Last week we saw another round in the battle between the Executive and Judiciary branches over the President’s travel ban impacting nationals Syria, Iran, Libya, Somalia, Sudan, and Yemen. Federal District Courts in Hawaii (State of Hawaii v. Trump) and Maryland (International Refugee Assistance Project (“IRAP”) v. Trump) stayed the implementation of the revised Travel/Refugee Ban Executive Order, entitled “Protecting the Nation from Foreign Terrorist Entry into the United States” (EO2). The U.S. District Court for the District of Hawaii issued a temporary restraining order (TRO) enjoining the government, nationwide, from enforcing or implementing Section 2 (90-day travel ban impacting nationals of the 6 countries) and Section 6 (the 120-day suspension of the U.S. refugee program).

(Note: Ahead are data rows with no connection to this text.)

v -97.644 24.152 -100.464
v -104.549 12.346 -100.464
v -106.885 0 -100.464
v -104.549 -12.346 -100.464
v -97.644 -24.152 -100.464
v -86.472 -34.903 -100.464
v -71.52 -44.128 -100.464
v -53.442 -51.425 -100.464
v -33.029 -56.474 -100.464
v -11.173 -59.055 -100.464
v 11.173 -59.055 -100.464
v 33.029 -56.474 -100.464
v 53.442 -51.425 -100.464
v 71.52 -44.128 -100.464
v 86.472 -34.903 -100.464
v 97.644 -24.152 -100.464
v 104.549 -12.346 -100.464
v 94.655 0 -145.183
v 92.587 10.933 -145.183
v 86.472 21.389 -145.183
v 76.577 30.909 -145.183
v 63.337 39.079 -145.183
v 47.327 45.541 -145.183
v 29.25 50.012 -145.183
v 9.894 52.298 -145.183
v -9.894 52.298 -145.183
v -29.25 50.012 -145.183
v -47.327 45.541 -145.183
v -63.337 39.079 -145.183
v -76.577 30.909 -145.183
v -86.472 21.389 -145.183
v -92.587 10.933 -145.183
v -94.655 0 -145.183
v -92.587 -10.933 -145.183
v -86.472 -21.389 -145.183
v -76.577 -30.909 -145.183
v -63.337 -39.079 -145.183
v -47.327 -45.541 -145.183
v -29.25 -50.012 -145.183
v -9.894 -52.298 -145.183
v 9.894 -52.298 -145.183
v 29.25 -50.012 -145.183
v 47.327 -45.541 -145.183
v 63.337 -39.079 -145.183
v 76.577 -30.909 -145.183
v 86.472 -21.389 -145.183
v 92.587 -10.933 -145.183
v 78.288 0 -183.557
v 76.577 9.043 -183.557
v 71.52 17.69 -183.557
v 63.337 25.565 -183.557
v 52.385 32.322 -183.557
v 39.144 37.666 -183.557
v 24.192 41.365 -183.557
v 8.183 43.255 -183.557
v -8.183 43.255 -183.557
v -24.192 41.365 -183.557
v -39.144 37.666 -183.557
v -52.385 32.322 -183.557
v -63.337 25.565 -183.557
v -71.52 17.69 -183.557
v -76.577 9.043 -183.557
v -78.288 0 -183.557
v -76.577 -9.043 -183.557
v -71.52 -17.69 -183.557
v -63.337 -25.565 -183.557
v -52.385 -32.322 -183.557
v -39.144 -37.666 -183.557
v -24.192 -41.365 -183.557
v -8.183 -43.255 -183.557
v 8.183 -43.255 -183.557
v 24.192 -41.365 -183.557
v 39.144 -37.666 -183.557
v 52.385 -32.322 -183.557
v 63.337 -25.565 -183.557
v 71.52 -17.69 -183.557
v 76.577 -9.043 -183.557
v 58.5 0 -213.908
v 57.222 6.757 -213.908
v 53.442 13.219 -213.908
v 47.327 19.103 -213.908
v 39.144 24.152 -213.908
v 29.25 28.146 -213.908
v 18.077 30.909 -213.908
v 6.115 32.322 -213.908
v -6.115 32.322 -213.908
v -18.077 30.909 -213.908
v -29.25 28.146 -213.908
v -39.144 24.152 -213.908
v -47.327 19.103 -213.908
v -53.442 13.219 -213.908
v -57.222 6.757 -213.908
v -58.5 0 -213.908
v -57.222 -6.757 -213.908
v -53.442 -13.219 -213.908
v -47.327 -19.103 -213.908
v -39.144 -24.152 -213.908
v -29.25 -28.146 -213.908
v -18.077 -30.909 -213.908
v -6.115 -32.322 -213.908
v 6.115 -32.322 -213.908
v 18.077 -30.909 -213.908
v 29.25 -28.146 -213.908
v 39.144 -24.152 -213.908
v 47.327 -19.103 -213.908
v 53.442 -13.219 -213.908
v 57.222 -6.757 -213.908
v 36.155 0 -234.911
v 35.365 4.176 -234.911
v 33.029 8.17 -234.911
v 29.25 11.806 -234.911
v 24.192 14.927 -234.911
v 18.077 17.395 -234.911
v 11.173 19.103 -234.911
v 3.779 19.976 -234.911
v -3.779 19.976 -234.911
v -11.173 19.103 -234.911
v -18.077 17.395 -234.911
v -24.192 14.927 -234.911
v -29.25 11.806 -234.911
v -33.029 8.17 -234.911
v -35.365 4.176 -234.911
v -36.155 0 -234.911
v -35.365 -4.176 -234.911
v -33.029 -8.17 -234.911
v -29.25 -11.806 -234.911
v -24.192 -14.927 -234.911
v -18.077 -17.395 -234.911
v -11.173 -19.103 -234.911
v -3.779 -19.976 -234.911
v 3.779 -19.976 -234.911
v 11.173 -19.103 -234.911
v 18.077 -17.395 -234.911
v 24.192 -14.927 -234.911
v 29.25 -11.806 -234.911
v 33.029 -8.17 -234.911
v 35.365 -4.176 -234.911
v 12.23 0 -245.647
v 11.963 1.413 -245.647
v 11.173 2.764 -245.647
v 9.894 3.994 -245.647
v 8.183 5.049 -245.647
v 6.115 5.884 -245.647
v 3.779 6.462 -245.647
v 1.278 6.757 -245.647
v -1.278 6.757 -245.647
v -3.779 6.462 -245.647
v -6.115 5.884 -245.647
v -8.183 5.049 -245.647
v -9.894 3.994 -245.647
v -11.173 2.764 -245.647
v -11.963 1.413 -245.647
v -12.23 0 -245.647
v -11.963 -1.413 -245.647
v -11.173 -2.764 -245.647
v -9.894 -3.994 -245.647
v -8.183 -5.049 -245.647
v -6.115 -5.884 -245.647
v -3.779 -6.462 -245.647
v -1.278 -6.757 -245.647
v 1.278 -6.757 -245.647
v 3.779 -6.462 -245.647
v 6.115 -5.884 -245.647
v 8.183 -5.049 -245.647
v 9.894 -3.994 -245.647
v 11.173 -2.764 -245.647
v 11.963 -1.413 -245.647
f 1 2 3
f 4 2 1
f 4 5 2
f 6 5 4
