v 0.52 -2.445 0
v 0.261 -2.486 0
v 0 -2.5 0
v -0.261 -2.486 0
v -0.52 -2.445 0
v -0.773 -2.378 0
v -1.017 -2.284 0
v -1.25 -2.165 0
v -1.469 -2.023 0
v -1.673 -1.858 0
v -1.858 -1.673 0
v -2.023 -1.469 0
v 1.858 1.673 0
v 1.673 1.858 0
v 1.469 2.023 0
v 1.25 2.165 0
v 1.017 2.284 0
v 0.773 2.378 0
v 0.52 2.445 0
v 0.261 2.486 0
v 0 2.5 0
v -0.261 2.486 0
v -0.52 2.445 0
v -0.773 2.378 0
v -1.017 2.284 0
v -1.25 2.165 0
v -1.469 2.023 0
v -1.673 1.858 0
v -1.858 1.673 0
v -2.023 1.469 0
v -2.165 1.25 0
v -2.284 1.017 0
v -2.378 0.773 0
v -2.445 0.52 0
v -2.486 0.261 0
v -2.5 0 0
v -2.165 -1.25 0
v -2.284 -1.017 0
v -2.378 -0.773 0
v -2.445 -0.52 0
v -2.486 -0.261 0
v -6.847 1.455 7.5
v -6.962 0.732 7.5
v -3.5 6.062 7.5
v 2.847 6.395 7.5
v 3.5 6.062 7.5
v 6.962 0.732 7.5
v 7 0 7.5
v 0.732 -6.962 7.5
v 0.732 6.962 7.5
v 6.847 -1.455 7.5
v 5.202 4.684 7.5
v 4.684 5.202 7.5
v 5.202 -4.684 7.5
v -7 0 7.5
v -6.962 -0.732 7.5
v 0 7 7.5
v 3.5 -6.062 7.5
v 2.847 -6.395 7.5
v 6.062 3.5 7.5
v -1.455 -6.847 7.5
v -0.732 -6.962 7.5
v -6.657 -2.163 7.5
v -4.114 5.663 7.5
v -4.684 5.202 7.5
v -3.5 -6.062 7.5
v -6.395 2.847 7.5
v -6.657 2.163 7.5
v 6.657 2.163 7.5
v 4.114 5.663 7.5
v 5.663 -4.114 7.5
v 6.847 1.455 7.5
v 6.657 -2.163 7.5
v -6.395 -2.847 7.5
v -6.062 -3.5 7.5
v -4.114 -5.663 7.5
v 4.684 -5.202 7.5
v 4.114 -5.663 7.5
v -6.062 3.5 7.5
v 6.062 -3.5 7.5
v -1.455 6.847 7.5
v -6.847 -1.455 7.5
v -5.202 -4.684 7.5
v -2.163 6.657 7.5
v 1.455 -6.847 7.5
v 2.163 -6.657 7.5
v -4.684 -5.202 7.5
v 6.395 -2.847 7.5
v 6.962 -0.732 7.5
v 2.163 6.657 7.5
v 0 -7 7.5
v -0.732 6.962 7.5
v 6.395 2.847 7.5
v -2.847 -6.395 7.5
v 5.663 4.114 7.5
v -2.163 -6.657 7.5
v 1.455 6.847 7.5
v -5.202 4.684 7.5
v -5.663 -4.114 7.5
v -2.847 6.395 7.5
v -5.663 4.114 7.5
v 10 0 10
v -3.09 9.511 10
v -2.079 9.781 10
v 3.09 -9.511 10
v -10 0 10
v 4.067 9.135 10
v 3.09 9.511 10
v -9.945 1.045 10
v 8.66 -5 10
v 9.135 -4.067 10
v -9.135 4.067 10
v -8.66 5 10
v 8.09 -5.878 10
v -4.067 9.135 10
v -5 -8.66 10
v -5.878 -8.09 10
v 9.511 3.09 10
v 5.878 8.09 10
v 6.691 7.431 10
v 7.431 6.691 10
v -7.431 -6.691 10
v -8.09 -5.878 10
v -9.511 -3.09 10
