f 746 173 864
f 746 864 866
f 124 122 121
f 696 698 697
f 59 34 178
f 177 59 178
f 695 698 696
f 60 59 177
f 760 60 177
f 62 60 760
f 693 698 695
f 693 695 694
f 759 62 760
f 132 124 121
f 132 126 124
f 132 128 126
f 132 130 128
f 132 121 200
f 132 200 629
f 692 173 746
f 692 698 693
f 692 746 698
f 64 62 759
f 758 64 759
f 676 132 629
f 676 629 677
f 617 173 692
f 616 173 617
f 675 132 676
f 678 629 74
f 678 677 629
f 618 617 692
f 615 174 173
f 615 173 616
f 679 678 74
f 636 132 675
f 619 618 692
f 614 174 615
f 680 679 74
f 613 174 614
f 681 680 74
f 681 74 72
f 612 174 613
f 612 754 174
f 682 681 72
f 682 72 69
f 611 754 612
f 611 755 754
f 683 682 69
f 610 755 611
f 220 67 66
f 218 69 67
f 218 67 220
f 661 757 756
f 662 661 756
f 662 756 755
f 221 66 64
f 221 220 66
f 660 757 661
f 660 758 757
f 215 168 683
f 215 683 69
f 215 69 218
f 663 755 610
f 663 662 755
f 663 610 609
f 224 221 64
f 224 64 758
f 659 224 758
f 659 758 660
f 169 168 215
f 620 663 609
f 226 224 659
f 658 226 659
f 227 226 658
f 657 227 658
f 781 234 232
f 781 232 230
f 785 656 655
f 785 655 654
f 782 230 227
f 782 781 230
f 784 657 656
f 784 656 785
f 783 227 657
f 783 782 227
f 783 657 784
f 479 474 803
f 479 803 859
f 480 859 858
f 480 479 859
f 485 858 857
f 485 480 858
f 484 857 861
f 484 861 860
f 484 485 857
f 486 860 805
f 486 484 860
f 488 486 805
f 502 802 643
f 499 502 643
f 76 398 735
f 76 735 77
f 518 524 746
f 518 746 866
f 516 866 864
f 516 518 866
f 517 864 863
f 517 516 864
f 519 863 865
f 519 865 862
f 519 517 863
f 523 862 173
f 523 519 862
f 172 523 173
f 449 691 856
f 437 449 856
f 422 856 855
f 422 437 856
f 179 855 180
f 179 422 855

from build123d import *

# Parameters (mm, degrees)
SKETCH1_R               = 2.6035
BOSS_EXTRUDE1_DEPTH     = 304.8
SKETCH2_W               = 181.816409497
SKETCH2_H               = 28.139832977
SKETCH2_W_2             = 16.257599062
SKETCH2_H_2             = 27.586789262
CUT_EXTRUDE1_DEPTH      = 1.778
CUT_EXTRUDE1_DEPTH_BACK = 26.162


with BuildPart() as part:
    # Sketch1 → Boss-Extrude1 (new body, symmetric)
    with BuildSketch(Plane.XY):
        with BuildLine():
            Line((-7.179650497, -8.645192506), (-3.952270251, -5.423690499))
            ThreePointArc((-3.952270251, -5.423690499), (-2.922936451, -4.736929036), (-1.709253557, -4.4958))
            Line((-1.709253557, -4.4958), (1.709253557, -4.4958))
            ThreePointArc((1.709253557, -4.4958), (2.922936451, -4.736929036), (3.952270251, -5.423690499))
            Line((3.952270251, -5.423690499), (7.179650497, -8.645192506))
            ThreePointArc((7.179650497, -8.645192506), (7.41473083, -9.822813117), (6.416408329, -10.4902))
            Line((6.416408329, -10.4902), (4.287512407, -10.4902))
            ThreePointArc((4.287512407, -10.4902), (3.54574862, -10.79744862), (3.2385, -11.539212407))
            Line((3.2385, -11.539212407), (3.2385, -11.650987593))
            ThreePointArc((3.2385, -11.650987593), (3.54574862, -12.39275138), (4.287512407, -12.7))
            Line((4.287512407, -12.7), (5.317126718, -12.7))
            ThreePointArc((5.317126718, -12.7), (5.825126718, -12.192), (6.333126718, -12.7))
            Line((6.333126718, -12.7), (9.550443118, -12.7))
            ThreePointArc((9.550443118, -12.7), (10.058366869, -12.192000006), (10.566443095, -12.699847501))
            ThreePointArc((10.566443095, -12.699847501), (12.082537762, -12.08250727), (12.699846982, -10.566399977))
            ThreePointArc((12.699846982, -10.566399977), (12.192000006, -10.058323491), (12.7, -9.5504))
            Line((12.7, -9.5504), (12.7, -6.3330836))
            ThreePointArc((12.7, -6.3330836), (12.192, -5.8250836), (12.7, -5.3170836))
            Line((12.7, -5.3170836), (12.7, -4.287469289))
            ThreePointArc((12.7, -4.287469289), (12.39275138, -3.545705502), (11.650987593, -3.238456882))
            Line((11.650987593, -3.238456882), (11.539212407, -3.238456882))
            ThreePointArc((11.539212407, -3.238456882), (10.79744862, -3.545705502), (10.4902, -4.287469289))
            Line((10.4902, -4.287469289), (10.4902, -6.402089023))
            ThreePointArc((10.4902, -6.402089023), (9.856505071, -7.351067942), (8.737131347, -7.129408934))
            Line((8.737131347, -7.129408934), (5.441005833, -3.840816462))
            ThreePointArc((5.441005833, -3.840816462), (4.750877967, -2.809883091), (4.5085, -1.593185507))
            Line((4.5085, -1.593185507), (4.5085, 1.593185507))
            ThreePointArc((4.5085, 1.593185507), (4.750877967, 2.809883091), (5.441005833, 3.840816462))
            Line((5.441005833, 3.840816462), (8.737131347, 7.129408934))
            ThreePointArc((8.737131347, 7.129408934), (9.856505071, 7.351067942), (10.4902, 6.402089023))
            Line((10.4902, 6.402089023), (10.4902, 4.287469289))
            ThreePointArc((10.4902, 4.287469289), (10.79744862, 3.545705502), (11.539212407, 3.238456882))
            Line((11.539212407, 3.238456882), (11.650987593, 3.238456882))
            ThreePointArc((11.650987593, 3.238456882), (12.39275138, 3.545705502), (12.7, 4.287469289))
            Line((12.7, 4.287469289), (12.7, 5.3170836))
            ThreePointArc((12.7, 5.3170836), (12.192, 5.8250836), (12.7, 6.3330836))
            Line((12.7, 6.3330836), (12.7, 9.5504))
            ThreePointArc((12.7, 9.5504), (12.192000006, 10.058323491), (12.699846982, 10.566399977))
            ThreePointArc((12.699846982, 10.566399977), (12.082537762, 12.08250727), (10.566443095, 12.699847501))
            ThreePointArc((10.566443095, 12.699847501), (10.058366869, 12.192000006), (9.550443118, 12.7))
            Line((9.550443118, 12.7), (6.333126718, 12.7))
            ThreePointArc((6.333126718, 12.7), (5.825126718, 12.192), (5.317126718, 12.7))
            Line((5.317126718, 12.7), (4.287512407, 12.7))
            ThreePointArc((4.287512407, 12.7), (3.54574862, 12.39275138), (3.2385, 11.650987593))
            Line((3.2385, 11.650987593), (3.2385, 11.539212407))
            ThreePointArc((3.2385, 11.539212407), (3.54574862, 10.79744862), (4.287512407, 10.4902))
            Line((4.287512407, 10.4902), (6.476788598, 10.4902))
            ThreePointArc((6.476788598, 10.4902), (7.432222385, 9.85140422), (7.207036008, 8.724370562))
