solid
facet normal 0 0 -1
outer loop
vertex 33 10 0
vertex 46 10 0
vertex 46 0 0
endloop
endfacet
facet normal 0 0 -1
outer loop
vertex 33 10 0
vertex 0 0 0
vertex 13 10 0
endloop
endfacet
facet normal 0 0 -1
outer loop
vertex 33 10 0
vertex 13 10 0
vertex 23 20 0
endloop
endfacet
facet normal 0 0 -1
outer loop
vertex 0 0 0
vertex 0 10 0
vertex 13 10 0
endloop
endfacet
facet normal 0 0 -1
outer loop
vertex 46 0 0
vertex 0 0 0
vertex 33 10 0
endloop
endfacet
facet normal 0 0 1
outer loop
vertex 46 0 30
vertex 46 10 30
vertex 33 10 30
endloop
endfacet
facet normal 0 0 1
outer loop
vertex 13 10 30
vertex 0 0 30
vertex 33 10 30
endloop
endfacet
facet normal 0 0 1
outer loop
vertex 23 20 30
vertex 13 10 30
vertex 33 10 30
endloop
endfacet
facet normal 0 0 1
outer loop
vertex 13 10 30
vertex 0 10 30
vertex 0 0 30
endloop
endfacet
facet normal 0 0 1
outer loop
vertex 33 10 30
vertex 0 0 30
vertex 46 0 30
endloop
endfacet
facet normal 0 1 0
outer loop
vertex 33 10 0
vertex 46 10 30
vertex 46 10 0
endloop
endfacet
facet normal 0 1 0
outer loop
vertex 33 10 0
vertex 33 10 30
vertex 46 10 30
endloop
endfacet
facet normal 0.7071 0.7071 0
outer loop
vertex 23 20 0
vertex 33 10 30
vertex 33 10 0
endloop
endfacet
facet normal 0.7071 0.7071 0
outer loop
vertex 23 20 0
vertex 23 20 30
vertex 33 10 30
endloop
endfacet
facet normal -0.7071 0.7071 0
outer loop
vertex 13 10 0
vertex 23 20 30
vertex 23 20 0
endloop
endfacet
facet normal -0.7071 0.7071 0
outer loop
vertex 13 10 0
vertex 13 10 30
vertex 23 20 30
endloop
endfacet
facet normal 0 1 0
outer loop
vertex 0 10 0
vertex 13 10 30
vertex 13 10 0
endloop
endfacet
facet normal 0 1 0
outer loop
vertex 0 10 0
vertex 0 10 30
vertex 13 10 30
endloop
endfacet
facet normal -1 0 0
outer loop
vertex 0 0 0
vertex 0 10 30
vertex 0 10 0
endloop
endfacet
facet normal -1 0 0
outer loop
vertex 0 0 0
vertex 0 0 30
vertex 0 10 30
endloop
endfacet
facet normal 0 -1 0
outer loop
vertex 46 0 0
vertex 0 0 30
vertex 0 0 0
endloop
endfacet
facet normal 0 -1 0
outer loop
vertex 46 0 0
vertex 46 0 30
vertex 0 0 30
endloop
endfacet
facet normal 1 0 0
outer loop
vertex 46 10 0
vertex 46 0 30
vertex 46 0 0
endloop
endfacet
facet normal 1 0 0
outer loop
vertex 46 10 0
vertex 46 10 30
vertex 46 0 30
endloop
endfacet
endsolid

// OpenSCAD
$fn = 32;

// ----------------------------------------------------------------------
// V guide rail: vrib, 46 mm wide
// ----------------------------------------------------------------------

// --- parameters (mm) ---
rail_w = 46;              // rail width, X
base_t = 10;              // base plate thickness
v_depth = 10;             // V feature depth / height
v_half_w = 10;            // half width of the V at the base face
plate_t = 30;             // rail length, Z (the extrusion height)
fit_tol = 0.02;           // declared fit tolerance (prompt contract)
free_tol = 0.2;           // declared free tolerance (prompt contract)

profile = [[0, 0], [46, 0], [46, 10], [33, 10], [23, 20], [13, 10], [0, 10]];  // primary outline, 7 points, counter clockwise

// --- the one profile operation ---
linear_extrude(height = plate_t) polygon(points = profile);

Concurrently, the U.S. District Court for the District of Maryland issued an injunction barring enforcement, nationwide, of Section 2(c) (90-day travel ban impacting nationals of the 6 countries) of the EO2. Both decisions indicated that the revised EO2 did not include “constitutionally significant” changes from the first EO and the Plaintiffs are likely to prevail on their claims that portions of the EO2 violated the Establishment Clause of the First Amendment of the United States Constitution.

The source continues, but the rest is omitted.